Voters in the largely white and rural states of Iowa and New Hampshire make up one component of the Democratic electorate, but only one. And their preferences are increasingly divergent from the more diverse coalition that delivers the party electoral victories. In 2020, Joe Biden didn’t emerge from the pack until the South Carolina primary, and he didn’t take the lead in the Democratic race until Super Tuesday, about six weeks after finishing a disappointing fourth in the Iowa caucuses. And despite the eye-popping $33 million invested in the New Hampshire primary in 2020, it has not voted for the eventual Democratic nominee since 2004.

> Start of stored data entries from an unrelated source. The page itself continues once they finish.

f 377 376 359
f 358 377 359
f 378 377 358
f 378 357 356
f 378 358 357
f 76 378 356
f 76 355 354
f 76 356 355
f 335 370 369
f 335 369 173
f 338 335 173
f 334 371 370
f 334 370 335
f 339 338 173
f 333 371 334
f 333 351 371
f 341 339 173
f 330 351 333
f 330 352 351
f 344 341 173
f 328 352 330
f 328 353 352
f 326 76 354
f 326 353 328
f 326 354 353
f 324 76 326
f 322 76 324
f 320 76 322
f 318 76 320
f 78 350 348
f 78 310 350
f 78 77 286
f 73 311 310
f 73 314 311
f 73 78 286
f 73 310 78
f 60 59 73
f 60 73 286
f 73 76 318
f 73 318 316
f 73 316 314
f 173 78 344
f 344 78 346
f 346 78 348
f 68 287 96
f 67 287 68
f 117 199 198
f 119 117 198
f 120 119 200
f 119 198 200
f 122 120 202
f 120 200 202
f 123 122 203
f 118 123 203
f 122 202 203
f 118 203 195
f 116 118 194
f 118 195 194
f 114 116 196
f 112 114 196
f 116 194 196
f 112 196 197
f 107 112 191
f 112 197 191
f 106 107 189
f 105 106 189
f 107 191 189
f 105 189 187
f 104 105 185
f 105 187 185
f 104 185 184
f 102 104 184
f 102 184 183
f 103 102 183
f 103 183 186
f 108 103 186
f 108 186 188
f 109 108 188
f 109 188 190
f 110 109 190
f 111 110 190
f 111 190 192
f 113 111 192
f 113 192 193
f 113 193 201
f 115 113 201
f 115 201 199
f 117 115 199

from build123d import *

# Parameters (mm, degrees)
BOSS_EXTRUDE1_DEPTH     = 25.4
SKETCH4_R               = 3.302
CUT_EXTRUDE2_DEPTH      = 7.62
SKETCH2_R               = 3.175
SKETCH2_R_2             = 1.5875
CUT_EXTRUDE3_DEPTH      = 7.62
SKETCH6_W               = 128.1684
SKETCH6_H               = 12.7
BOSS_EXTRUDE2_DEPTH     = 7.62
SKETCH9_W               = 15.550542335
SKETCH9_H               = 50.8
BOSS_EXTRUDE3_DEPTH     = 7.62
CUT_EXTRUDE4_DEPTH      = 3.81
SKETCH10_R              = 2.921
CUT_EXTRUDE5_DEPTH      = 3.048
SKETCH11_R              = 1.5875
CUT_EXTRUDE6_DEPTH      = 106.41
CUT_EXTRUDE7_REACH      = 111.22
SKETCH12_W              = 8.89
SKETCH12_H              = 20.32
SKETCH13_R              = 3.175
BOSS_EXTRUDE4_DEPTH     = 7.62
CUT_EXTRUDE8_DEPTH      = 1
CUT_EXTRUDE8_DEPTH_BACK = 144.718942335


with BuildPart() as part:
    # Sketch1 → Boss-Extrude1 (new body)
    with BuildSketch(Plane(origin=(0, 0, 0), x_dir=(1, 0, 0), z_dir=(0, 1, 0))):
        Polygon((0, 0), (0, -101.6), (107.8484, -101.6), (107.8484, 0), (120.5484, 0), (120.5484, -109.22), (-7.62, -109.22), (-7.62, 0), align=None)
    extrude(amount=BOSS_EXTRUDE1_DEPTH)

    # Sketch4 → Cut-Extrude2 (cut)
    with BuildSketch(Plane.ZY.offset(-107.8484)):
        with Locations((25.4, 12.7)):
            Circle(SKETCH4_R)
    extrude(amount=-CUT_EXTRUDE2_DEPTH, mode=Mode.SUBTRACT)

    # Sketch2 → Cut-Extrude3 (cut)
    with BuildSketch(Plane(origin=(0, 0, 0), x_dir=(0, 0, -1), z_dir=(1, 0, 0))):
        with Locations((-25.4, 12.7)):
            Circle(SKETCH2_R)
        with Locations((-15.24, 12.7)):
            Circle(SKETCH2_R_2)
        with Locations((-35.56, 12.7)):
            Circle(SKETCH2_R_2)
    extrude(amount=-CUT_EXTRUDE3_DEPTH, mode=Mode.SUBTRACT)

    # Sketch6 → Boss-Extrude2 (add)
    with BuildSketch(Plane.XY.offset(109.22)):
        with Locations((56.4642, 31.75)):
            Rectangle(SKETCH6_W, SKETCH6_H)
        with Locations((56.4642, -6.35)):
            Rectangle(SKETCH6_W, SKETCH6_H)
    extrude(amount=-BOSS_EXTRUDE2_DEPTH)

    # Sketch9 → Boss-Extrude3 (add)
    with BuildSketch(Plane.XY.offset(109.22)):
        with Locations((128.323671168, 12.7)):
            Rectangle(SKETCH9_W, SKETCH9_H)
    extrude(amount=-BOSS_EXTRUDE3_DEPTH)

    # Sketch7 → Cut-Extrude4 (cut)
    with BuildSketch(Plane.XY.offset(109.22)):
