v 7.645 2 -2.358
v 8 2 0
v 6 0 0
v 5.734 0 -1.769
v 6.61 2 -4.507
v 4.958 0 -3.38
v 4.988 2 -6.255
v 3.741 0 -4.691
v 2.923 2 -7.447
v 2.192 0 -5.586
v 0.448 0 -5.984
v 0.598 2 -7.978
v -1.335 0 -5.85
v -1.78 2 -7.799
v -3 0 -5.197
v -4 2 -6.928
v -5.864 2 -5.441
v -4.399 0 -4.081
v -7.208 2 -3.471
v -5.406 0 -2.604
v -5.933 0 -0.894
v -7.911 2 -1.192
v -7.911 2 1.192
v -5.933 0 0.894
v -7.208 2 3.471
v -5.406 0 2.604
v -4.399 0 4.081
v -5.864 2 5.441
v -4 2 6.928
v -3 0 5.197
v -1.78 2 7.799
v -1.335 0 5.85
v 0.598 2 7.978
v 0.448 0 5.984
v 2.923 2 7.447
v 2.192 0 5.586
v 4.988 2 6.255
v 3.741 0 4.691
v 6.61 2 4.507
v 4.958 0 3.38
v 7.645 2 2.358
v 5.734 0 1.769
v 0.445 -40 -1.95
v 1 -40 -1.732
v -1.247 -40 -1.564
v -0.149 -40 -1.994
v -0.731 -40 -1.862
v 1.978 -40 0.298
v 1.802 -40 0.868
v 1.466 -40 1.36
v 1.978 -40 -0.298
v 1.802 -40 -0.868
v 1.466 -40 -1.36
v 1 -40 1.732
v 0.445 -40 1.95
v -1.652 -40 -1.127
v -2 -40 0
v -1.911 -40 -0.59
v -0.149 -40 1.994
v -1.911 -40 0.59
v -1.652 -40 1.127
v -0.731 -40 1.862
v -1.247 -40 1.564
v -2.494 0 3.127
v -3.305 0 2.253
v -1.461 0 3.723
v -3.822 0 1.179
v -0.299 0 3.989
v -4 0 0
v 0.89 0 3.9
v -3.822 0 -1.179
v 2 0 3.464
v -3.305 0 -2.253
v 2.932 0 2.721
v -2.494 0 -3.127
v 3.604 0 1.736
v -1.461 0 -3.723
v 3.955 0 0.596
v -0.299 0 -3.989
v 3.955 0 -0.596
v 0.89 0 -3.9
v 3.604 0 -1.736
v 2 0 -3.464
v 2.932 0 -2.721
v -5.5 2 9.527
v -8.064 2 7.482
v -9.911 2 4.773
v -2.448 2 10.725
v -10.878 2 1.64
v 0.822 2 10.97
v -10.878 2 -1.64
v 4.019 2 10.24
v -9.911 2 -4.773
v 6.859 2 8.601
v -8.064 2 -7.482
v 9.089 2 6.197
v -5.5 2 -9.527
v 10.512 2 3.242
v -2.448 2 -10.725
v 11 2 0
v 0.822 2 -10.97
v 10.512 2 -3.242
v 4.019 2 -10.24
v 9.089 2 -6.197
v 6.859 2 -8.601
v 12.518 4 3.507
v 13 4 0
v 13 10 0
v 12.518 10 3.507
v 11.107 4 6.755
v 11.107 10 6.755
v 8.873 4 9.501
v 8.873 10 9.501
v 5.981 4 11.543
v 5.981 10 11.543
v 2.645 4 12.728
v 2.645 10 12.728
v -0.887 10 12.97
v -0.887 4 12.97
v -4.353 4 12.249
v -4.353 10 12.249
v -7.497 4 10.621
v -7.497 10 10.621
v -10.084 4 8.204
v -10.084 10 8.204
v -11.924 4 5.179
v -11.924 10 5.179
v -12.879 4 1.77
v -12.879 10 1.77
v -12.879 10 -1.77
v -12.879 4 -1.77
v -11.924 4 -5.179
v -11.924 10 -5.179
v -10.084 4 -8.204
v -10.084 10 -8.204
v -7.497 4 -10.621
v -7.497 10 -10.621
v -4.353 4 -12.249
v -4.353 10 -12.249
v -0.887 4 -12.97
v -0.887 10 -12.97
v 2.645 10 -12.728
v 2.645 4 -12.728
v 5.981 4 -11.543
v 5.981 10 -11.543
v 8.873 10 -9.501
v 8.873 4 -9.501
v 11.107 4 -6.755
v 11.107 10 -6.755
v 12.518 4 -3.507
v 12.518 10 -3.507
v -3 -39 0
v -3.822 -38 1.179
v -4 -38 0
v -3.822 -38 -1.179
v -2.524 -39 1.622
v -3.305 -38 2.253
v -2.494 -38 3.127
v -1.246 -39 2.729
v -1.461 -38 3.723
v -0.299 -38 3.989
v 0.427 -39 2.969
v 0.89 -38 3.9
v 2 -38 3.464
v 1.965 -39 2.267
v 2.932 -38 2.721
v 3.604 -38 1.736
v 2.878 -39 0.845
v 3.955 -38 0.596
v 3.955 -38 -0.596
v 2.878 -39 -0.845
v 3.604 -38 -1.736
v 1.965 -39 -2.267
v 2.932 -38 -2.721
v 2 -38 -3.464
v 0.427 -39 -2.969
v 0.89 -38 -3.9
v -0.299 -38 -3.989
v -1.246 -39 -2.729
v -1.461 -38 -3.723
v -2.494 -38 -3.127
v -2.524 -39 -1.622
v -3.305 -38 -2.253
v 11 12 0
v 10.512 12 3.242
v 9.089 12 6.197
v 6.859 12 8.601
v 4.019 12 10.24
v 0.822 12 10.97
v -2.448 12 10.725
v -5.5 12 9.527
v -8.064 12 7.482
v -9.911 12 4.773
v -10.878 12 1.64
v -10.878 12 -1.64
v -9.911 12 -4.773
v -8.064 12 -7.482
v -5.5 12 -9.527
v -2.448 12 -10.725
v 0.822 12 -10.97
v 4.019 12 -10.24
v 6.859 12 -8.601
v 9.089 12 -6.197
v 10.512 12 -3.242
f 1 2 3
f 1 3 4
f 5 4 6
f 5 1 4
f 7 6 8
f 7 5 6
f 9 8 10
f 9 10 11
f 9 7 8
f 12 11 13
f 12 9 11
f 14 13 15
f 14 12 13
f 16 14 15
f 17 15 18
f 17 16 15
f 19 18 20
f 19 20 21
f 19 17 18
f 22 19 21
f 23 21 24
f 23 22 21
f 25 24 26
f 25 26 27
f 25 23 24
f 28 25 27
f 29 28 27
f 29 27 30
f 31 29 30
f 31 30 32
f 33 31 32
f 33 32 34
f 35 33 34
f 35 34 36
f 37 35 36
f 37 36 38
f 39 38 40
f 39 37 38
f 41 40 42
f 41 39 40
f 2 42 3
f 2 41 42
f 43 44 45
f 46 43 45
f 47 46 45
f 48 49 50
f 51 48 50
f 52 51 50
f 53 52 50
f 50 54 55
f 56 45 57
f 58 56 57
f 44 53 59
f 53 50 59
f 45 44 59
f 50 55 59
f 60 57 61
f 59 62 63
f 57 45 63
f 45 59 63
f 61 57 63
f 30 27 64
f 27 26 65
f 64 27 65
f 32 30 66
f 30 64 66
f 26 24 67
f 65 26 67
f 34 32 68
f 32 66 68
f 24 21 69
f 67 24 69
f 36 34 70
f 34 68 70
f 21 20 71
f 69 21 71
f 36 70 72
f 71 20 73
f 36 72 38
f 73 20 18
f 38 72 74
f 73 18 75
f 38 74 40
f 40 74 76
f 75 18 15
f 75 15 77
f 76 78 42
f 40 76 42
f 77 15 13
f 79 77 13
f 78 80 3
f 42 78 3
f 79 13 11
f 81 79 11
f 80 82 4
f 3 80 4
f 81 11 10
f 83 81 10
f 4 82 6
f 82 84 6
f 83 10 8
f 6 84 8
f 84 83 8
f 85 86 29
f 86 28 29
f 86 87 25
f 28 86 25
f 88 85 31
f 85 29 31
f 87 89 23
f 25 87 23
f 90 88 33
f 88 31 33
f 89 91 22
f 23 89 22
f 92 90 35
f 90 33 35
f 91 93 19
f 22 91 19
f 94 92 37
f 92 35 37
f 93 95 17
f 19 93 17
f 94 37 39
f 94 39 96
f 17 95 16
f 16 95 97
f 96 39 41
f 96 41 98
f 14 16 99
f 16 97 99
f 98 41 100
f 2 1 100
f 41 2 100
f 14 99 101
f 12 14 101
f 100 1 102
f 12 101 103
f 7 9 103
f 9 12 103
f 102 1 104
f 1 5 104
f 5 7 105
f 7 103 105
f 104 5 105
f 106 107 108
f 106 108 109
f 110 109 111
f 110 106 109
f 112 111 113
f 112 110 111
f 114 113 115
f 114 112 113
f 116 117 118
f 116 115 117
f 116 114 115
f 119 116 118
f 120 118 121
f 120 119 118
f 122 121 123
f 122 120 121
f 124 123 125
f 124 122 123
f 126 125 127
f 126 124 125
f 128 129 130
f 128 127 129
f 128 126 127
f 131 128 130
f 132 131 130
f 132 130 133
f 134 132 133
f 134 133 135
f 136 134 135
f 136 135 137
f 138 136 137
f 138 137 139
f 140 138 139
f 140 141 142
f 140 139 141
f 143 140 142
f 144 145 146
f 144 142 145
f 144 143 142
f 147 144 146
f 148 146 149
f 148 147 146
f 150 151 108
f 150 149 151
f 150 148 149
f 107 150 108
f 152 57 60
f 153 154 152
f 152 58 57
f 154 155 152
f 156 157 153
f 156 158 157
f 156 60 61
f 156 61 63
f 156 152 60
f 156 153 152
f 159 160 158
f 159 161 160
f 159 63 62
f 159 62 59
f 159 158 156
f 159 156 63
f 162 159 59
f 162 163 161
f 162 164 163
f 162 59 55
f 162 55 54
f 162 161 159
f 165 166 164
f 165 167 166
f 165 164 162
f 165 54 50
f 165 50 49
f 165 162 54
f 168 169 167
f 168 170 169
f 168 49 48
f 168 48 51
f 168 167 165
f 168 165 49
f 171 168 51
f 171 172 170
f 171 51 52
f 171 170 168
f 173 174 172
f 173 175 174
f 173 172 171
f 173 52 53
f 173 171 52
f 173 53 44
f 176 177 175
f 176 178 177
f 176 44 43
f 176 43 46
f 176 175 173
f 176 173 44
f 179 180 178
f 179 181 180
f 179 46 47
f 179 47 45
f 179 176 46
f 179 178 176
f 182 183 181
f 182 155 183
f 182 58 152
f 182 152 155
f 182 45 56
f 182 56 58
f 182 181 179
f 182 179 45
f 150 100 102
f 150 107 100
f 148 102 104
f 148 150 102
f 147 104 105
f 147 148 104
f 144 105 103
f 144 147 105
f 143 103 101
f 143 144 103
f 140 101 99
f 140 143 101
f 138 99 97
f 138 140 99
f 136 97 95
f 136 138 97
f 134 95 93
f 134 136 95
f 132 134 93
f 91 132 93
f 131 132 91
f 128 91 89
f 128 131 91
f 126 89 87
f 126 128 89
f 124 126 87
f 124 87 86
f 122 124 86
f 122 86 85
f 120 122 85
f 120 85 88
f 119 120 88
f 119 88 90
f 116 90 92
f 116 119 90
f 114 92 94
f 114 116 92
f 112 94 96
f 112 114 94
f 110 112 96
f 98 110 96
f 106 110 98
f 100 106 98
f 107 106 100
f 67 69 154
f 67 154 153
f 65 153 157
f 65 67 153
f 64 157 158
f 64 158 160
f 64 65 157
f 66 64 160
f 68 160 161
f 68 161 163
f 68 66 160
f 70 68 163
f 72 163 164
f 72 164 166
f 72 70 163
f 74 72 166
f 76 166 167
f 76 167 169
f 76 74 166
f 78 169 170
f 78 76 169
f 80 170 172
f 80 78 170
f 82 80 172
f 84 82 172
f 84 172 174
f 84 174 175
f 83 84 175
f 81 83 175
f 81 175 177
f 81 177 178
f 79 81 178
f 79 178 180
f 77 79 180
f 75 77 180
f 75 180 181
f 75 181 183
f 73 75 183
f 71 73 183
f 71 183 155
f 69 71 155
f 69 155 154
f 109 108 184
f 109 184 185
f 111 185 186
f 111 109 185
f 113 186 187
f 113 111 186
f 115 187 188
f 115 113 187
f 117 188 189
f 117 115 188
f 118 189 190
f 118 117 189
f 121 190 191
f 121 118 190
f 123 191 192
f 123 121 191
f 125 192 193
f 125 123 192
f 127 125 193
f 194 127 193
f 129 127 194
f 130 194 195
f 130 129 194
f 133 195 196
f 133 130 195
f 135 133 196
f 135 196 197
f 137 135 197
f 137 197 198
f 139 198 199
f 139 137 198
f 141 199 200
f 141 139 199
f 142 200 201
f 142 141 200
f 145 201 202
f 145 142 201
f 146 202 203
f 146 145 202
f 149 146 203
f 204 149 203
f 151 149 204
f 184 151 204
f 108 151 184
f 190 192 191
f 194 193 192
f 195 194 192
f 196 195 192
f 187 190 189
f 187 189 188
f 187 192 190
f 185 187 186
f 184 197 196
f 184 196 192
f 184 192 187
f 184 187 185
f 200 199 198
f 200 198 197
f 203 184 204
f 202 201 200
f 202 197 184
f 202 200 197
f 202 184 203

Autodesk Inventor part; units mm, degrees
ref_plane "YZ Plane" through (0, 0, 0) normal (1, 0, 0) x (0, 1, 0)
ref_plane "XZ Plane" through (0, 0, 0) normal (0, 1, 0) x (-1, 0, 0)
ref_plane "XY Plane" through (0, 0, 0) normal (0, 0, 1) x (1, 0, 0)
sketch "Body Cross Section" plane through (0, 0, 0) normal (0, 1, 0) x (-1, 0, 0)
  circle A0 centre (0, 0) radius 4
  dimension "d0" = 8
extrude "Body" add sketch "Body Cross Section" against normal blind 40
sketch "Base Cross Section" plane through (0, 0, 0) normal (0, 1, 0) x (1, 0, 0)
  circle A0 centre (0, 0) radius 8
  dimension "d3" = 16
extrude "Base" add sketch "Base Cross Section" along normal blind 2
sketch "Head Cross Section" plane through (0, 2, 0) normal (0, 1, 0) x (1, 0, 0)
  circle A0 centre (0, 0) radius 13
  dimension "d6" = 26
extrude "Head" add sketch "Head Cross Section" along normal blind 10
thread "Thread" size "M8x1.25" class "6g" standard "ANSI Metric M Profile" full length
chamfer "Body Chamfer" distance 2 angle 45 1 edges at (4, -40, 0)
chamfer "Head Chamfer" distance 2 angle 45 3 edges at (-13, 12, 0) (-13, 2, 0) (-8, 0, 0)
properties part number "P0480.080-040-A4" material "Stainless Steel AISI 317"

So here’s an idea that would go a long way towards solving Democrats’ problems with the schedule without completely upsetting the apple cart: Hold the first four presidential primary contests — Iowa, New Hampshire, Nevada and South Carolina — on the same day.

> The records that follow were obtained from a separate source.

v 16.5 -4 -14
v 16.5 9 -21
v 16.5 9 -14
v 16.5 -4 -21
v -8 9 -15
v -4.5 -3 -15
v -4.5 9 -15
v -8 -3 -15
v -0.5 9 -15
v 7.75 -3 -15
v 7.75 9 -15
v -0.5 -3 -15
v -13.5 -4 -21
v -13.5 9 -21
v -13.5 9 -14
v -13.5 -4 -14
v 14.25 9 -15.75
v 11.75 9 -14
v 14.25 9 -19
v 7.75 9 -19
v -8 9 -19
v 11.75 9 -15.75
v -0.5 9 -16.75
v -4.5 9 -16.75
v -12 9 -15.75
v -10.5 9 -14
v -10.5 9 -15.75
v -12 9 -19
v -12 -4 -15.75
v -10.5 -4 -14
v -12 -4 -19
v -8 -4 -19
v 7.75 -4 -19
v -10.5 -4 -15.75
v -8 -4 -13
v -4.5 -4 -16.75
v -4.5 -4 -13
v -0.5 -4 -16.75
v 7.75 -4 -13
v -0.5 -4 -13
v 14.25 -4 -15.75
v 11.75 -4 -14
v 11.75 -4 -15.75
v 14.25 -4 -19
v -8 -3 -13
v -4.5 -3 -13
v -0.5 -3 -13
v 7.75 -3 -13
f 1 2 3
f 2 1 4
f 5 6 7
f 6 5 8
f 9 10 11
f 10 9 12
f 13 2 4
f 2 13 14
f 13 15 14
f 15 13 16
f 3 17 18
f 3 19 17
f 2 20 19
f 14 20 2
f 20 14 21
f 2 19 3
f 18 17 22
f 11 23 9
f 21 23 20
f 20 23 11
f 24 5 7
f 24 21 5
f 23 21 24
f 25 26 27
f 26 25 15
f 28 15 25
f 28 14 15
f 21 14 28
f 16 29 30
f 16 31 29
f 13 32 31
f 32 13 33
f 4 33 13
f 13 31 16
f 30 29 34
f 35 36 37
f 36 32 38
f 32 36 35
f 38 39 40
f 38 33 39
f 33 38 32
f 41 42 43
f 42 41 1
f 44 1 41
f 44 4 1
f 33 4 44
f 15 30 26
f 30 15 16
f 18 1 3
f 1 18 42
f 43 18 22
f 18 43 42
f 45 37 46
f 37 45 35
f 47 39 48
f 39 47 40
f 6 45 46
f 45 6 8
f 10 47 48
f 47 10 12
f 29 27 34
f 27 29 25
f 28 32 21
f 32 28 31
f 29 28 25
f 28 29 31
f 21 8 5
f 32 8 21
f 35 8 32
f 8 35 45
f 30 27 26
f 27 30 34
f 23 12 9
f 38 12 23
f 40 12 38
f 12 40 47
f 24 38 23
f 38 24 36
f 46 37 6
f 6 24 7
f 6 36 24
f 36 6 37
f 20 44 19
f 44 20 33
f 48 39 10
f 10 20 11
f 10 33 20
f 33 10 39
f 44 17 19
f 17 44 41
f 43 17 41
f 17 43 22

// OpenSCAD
module lichtschranke_halterung(h=0) {
	translate([-(2 + 1 + 2.5 + 4 + 4), -2 - 3, -14 - 5]) difference() {
		union() {
			difference() {
				translate([0, 1, -2 - h]) cube([30, 13, 6 + h]);
				translate([2, 0, -3 - h]) cube([30 - 2*2, 15, h]);
			}
			
			translate([0, 1, -1]) cube([5, 13, 6]);
			translate([2 + 1 + 2.5 + 3.75 + 3.5 + 12.5, 1, -1]) cube([4.75, 13, 6]);
			
			translate([5, 1, -1]) cube([20, 1, 7]);
		}

		translate([2 - 0.5, 0, 0]) cube([3.5, 15, 3.25]);
		translate([2 + 1, 0, 0]) cube([2.5, 15, 7]);

		translate([2 + 1 + 2.5 + 3.5, 0, 2.25]) cube([4, 15, 4]);

		translate([2 + 1 + 2.5 + 3.75 + 3.5 + 12.5 - 4, 0, 0]) cube([4, 15, 7]);
		translate([2 + 1 + 2.5 + 3.75 + 3.5 + 12.5, 0, 0]) cube([2.5, 15, 3.25]);
	}
	% translate([2.5, -3, 0]) cube([5, 7, 4.2]);
	% translate([-2.5 - 5, -3, 0]) cube([5, 7, 4.2]);
	% translate([2.5, -3, -14]) cube([5, 7, 13.8]);
	% translate([-2.5 - 5, -3, -14]) cube([5, 7, 13.8]);
}

lichtschranke_halterung();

In addition to easing the demographic mismatch between the early states’ populations and the Democratic electorate, this plan would require Iowa to finally ditch its caucus system. But it’s time. Even when they work, caucuses are problematic and decrease voter turnout. That’s because they require voters to come to a certain place at a certain time and publicly declare their vote in a process that could take hours. In fact, in 2016, the highest turnout caucus had lower voter turnout than the lowest turnout primary. Two states — Nebraska and Washington — held caucuses that awarded 100 percent of the states’ delegates while the state government held “beauty contest” primaries that awarded 0 percent of the delegates — and more voters participated in the latter even though the results didn’t count. Clearly, voters don’t like caucuses.

Thankfully, caucus reform has swept the nation since 2016. That year, 14 states held caucuses. With Nevada recently approving a switch to a primary, the only caucus left by 2024 could be Iowa. Polling in Iowa in 2020 showed most Iowa Democrats wanted to switch from a caucus to primary.

Of course, there will be some resistance to changing the primary calendar. Iowa and New Hampshire cherish their favored-child status and will fight tooth-and-nail to keep it.

But Democrats should not shy away from doing what is best for democracy. The party already has a great amount of control over the timing of the Iowa and South Carolina contests. And the Nevada state government would certainly jump at any chance to be among the first and is already picking that fight with New Hampshire.

The biggest obstacle will be the New Hampshire state government, which conducts a joint primary for both parties on the same day and has a state law that requires it to occur seven days before any similar election (the reason Iowa can go before New Hampshire is the latter views a caucus as inferior to a primary). In the short term, New Hampshire state officials could dash this vision for reform. But there’s good reason to think this change could be better even for New Hampshire.

Making the early primary process more representative does not have to be a zero-sum game. It does not require a rejection of longtime Iowa and New Hampshire traditions. But Democrats have a multiracial coalition, and it’s both fair and necessary that the eventual nominee draw support from more corners of that big tent. To win a general election, Democrats must earn the votes of white, Black, Latino, Asian, pro-union, pro-business, liberal, moderate, activist and pragmatist Americans alike. The party’s candidate for our country’s highest office should have to make their case to all these constituencies up front, leaving no one as an afterthought. Forcing candidates to address a broader spectrum of voters from the very start of the primary season could make the results from the early states together far more powerful than they currently are individually.

By switching Iowa from a caucus to a primary and holding the first four primaries on the same day, Democrats will allow Iowa and New Hampshire to continue their first-in-the-nation traditions while also making the results of those ballots more meaningful. By sharing the spotlight they will, in short, become better bellwethers than they are now.